“Recibía de todas las bocas la miserable y humillante tortura del elogio inmerecido”

“Recibía de todas las bocas la miserable y humillante tortura del elogio inmerecido”

No obstante, lo habitual es lo contrario, como lamentaba Miguelito. Pasas por el mundo esperando, qué sé yo, una palmadita en la espalda, una felicitación efusiva por cualquiera de las cosas que hayas hecho divinamente, una estatua resultona, un obelisco colosal, y nada de nada, tienes que fiarlo todo a una posteridad que si acaso ni siquiera mencionará tus hazañas en las webs de historia. El propio Nathaniel Hawthorne, que escribió la frase anterior en el relato El entierro de Roger Malvin (1832), desarrolla la idea con bastante mala leche en La ambición del forastero (1835), donde se dice:

Imagen del escritor estadounidense Nathaniel Hawthorne (1804-1864), fotografiado por Mathew Brady alrededor de 1860.
Nathaniel Hawthorne (1804-1864)

Es consustancial a la naturaleza humana ambicionar un monumento, ya sea de pizarra, o de mármol, o un pilar de granito, o solo un recuerdo glorioso en el corazón de las gentes.

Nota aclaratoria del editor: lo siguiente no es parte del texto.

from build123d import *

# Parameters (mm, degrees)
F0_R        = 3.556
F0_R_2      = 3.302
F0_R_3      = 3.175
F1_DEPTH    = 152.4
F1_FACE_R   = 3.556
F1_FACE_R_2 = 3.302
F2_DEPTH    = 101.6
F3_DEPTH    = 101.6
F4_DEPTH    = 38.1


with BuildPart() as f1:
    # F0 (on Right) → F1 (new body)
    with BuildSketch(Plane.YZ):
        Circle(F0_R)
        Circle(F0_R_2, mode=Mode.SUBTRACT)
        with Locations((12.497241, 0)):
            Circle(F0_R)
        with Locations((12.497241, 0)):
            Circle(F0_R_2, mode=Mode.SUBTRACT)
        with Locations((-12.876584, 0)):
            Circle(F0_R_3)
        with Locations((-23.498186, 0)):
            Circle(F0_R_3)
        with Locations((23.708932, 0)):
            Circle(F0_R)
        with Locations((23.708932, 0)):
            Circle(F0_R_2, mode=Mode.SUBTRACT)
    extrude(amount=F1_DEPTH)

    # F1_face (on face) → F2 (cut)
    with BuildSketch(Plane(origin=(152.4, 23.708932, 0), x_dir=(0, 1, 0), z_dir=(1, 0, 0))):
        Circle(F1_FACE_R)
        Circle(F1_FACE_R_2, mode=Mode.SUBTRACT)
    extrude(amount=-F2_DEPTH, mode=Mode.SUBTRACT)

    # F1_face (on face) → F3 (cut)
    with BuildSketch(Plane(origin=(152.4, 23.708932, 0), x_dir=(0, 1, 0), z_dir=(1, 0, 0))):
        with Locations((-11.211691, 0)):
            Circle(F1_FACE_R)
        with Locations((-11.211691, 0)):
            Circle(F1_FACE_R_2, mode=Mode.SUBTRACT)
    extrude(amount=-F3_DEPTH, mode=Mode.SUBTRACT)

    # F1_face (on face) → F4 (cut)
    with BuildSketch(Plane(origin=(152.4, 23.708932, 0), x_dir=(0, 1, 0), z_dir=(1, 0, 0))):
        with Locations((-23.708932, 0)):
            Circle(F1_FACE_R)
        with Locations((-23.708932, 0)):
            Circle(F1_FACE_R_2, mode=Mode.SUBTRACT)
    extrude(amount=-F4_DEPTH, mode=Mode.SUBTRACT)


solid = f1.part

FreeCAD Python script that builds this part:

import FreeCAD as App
import Part
import Sketcher
Q = App.Units.Quantity

doc = App.newDocument("Part")
body = doc.addObject("PartDesign::Body", "Body")
body.AllowCompound = True

sketch1 = doc.addObject("Sketcher::SketchObject", "Sketch")
body.addObject(sketch1)
sketch1.AttachmentSupport = (doc.YZ_Plane, [""])
sketch1.MapMode = "FlatFace"
sketch1.addGeometry(Part.Circle(App.Vector(0, 0, 0), App.Vector(0, 0, 1), 3.556), False)
sketch1.addGeometry(Part.Circle(App.Vector(0, 0, 0), App.Vector(0, 0, 1), 3.302), False)
sketch1.addGeometry(Part.Circle(App.Vector(12.497241, 0, 0), App.Vector(0, 0, 1), 3.556), False)
sketch1.addGeometry(Part.Circle(App.Vector(12.497241, 0, 0), App.Vector(0, 0, 1), 3.302), False)
sketch1.addGeometry(Part.Circle(App.Vector(-12.876584, 0, 0), App.Vector(0, 0, 1), 3.175), False)
sketch1.addGeometry(Part.Circle(App.Vector(-23.498186, 0, 0), App.Vector(0, 0, 1), 3.175), False)
sketch1.addGeometry(Part.Circle(App.Vector(23.708932, 0, 0), App.Vector(0, 0, 1), 3.556), False)
sketch1.addGeometry(Part.Circle(App.Vector(23.708932, 0, 0), App.Vector(0, 0, 1), 3.302), False)
sketch1.addConstraint(Sketcher.Constraint("Coincident", 0, 3, -1, 1))
sketch1.addConstraint(Sketcher.Constraint("Coincident", 1, 3, -1, 1))
sketch1.addConstraint(Sketcher.Constraint("Coincident", 3, 3, 2, 3))
sketch1.addConstraint(Sketcher.Constraint("Coincident", 7, 3, 6, 3))
sketch1.addConstraint(Sketcher.Constraint("Equal", 0, 2))
sketch1.addConstraint(Sketcher.Constraint("Equal", 1, 3))
sketch1.addConstraint(Sketcher.Constraint("Equal", 4, 5))
sketch1.addConstraint(Sketcher.Constraint("Equal", 2, 6))
sketch1.addConstraint(Sketcher.Constraint("Equal", 3, 7))
sketch1.addConstraint(Sketcher.Constraint("PointOnObject", 2, 3, -1))
sketch1.addConstraint(Sketcher.Constraint("PointOnObject", 4, 3, -1))
sketch1.addConstraint(Sketcher.Constraint("PointOnObject", 5, 3, -1))
sketch1.addConstraint(Sketcher.Constraint("PointOnObject", 6, 3, -1))
sketch1.addConstraint(Sketcher.Constraint("Diameter", 0, Q("0.28 in")))
sketch1.addConstraint(Sketcher.Constraint("Diameter", 1, Q("0.26 in")))
sketch1.addConstraint(Sketcher.Constraint("Diameter", 4, Q("0.25 in")))
sketch1.addConstraint(Sketcher.Constraint("DistanceX", -1, 1, 2, 3, Q("12.497241 mm")))
sketch1.addConstraint(Sketcher.Constraint("DistanceX", 2, 3, 6, 3, Q("11.211691 mm")))
sketch1.addConstraint(Sketcher.Constraint("DistanceX", 4, 3, -1, 1, Q("12.876584 mm")))
sketch1.addConstraint(Sketcher.Constraint("DistanceX", 5, 3, -1, 1, Q("23.498186 mm")))
pad1 = doc.addObject("PartDesign::Pad", "Pad")
body.addObject(pad1)
pad1.Profile = sketch1
pad1.Length = Q("6 in")

sketch2 = doc.addObject("Sketcher::SketchObject", "Sketch001")
body.addObject(sketch2)
sketch2.AttachmentSupport = (doc.YZ_Plane, [""])
sketch2.MapMode = "FlatFace"
sketch2.AttachmentOffset = App.Placement(App.Vector(0, 0, 6 * 25.4), App.Rotation())
sketch2.addGeometry(Part.Circle(App.Vector(23.708932, 0, 0), App.Vector(0, 0, 1), 3.556), False)
sketch2.addGeometry(Part.Circle(App.Vector(23.708932, 0, 0), App.Vector(0, 0, 1), 3.302), False)
sketch2.addConstraint(Sketcher.Constraint("Coincident", 1, 3, 0, 3))
sketch2.addConstraint(Sketcher.Constraint("PointOnObject", 0, 3, -1))
sketch2.addConstraint(Sketcher.Constraint("Diameter", 0, Q("0.28 in")))
sketch2.addConstraint(Sketcher.Constraint("Diameter", 1, Q("0.26 in")))
sketch2.addConstraint(Sketcher.Constraint("DistanceX", -1, 1, 0, 3, Q("23.708932 mm")))
pocket1 = doc.addObject("PartDesign::Pocket", "Pocket")
body.addObject(pocket1)
pocket1.Profile = sketch2
pocket1.Length = Q("4 in")

sketch3 = doc.addObject("Sketcher::SketchObject", "Sketch002")
body.addObject(sketch3)
sketch3.AttachmentSupport = (doc.YZ_Plane, [""])
sketch3.MapMode = "FlatFace"
sketch3.AttachmentOffset = App.Placement(App.Vector(0, 0, 6 * 25.4), App.Rotation())
sketch3.addGeometry(Part.Circle(App.Vector(12.497241, 0, 0), App.Vector(0, 0, 1), 3.556), False)
sketch3.addGeometry(Part.Circle(App.Vector(12.497241, 0, 0), App.Vector(0, 0, 1), 3.302), False)
sketch3.addConstraint(Sketcher.Constraint("Coincident", 1, 3, 0, 3))
sketch3.addConstraint(Sketcher.Constraint("PointOnObject", 0, 3, -1))
sketch3.addConstraint(Sketcher.Constraint("Diameter", 0, Q("0.28 in")))
sketch3.addConstraint(Sketcher.Constraint("Diameter", 1, Q("0.26 in")))
sketch3.addConstraint(Sketcher.Constraint("DistanceX", -1, 1, 0, 3, Q("12.497241 mm")))
pocket2 = doc.addObject("PartDesign::Pocket", "Pocket001")
body.addObject(pocket2)
pocket2.Profile = sketch3
pocket2.Length = Q("4 in")

sketch4 = doc.addObject("Sketcher::SketchObject", "Sketch003")
body.addObject(sketch4)
sketch4.AttachmentSupport = (doc.YZ_Plane, [""])
sketch4.MapMode = "FlatFace"
sketch4.AttachmentOffset = App.Placement(App.Vector(0, 0, 6 * 25.4), App.Rotation())
sketch4.addGeometry(Part.Circle(App.Vector(0, 0, 0), App.Vector(0, 0, 1), 3.556), False)
sketch4.addGeometry(Part.Circle(App.Vector(0, 0, 0), App.Vector(0, 0, 1), 3.302), False)
sketch4.addConstraint(Sketcher.Constraint("Coincident", 0, 3, -1, 1))
sketch4.addConstraint(Sketcher.Constraint("Coincident", 1, 3, -1, 1))
sketch4.addConstraint(Sketcher.Constraint("Diameter", 0, Q("0.28 in")))
sketch4.addConstraint(Sketcher.Constraint("Diameter", 1, Q("0.26 in")))
pocket3 = doc.addObject("PartDesign::Pocket", "Pocket002")
body.addObject(pocket3)
pocket3.Profile = sketch4
pocket3.Length = Q("1.5 in")

doc.recompute()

Cada uno hace lo que puede para conseguirlo. Sigmund Freud, en una carta de 1886 dirigida a Martha Bernays, asegura:

A menudo me parecía que había heredado todo el arrojo y toda la pasión con que nuestros antepasados defendieron su Templo, y que estaría dispuesto a sacrificar con gusto mi vida a cambio de un gran momento en la historia.

Otros suben vídeos y fotos a las redes, o participan en realities, o escriben blogs, o, como Carlos Langa, publican tuits compulsivamente. Cualquier cosa por ese obelisco tan merecido. Y, claro, se acaban perdiendo las buenas maneras. Así lo ve Thomas Hardy en el relato Los tres desconocidos (1883):

Las acabadas maneras, que daban pie a una serenidad verdaderamente principesca, procedían en la mayoría de ellos de la ausencia de toda expresión o rasgo que denotase que deseaban triunfar en la vida, ampliar sus conocimientos o hacer algo deslumbrante.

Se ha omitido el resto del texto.